Set the records down once more so that they match the source word for word.

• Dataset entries
>>>>

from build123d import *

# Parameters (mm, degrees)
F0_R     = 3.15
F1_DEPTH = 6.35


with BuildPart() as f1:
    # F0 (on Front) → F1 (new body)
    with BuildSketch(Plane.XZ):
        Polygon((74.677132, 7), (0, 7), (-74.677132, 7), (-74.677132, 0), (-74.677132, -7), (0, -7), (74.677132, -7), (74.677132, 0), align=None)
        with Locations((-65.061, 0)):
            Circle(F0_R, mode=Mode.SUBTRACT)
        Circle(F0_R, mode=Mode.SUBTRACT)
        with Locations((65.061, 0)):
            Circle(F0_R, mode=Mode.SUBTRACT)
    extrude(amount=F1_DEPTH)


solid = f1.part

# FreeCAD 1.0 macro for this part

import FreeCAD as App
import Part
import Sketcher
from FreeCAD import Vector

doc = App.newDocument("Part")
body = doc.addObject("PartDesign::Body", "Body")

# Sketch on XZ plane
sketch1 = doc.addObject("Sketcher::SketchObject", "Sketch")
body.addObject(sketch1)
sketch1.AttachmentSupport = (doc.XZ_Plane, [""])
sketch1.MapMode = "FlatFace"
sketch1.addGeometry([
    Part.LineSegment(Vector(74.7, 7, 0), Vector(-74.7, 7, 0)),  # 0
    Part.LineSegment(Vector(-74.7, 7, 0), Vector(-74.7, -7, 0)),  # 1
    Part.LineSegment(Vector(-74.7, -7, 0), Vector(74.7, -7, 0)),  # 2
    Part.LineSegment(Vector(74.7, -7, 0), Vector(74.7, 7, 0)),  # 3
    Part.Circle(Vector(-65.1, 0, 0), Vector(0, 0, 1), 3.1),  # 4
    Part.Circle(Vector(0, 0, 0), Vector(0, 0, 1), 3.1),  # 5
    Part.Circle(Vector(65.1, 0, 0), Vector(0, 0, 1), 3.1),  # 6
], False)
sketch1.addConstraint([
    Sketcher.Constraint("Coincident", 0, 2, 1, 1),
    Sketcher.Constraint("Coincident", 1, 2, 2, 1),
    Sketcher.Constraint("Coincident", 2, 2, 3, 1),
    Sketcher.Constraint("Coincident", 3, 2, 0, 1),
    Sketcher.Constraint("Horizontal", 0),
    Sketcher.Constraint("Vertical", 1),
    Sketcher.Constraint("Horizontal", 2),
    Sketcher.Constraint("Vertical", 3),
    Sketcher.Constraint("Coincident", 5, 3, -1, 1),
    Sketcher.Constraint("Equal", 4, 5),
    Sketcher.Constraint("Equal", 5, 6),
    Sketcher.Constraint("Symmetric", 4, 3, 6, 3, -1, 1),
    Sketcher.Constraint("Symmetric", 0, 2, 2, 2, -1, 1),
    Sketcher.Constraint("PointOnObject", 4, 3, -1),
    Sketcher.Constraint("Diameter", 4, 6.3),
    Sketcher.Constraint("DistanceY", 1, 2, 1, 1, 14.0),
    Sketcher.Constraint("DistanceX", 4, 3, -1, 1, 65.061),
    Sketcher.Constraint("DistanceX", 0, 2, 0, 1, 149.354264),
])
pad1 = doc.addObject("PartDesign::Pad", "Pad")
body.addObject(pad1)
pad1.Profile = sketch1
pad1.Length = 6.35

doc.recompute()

<<<<

• Result of this task
from build123d import *

# Parameters (mm, degrees)
F0_R     = 3.15
F1_DEPTH = 6.35


with BuildPart() as f1:
    # F0 (on Front) → F1 (new body)
    with BuildSketch(Plane.XZ):
        Polygon((74.677132, 7), (0, 7), (-74.677132, 7), (-74.677132, 0), (-74.677132, -7), (0, -7), (74.677132, -7), (74.677132, 0), align=None)
        with Locations((-65.061, 0)):
            Circle(F0_R, mode=Mode.SUBTRACT)
        Circle(F0_R, mode=Mode.SUBTRACT)
        with Locations((65.061, 0)):
            Circle(F0_R, mode=Mode.SUBTRACT)
    extrude(amount=F1_DEPTH)


solid = f1.part

# FreeCAD 1.0 macro for this part

import FreeCAD as App
import Part
import Sketcher
from FreeCAD import Vector

doc = App.newDocument("Part")
body = doc.addObject("PartDesign::Body", "Body")

# Sketch on XZ plane
sketch1 = doc.addObject("Sketcher::SketchObject", "Sketch")
body.addObject(sketch1)
sketch1.AttachmentSupport = (doc.XZ_Plane, [""])
sketch1.MapMode = "FlatFace"
sketch1.addGeometry([
    Part.LineSegment(Vector(74.7, 7, 0), Vector(-74.7, 7, 0)),  # 0
    Part.LineSegment(Vector(-74.7, 7, 0), Vector(-74.7, -7, 0)),  # 1
    Part.LineSegment(Vector(-74.7, -7, 0), Vector(74.7, -7, 0)),  # 2
    Part.LineSegment(Vector(74.7, -7, 0), Vector(74.7, 7, 0)),  # 3
    Part.Circle(Vector(-65.1, 0, 0), Vector(0, 0, 1), 3.1),  # 4
    Part.Circle(Vector(0, 0, 0), Vector(0, 0, 1), 3.1),  # 5
    Part.Circle(Vector(65.1, 0, 0), Vector(0, 0, 1), 3.1),  # 6
], False)
sketch1.addConstraint([
    Sketcher.Constraint("Coincident", 0, 2, 1, 1),
    Sketcher.Constraint("Coincident", 1, 2, 2, 1),
    Sketcher.Constraint("Coincident", 2, 2, 3, 1),
    Sketcher.Constraint("Coincident", 3, 2, 0, 1),
    Sketcher.Constraint("Horizontal", 0),
    Sketcher.Constraint("Vertical", 1),
    Sketcher.Constraint("Horizontal", 2),
    Sketcher.Constraint("Vertical", 3),
    Sketcher.Constraint("Coincident", 5, 3, -1, 1),
    Sketcher.Constraint("Equal", 4, 5),
    Sketcher.Constraint("Equal", 5, 6),
    Sketcher.Constraint("Symmetric", 4, 3, 6, 3, -1, 1),
    Sketcher.Constraint("Symmetric", 0, 2, 2, 2, -1, 1),
    Sketcher.Constraint("PointOnObject", 4, 3, -1),
    Sketcher.Constraint("Diameter", 4, 6.3),
    Sketcher.Constraint("DistanceY", 1, 2, 1, 1, 14.0),
    Sketcher.Constraint("DistanceX", 4, 3, -1, 1, 65.061),
    Sketcher.Constraint("DistanceX", 0, 2, 0, 1, 149.354264),
])
pad1 = doc.addObject("PartDesign::Pad", "Pad")
body.addObject(pad1)
pad1.Profile = sketch1
pad1.Length = 6.35

doc.recompute()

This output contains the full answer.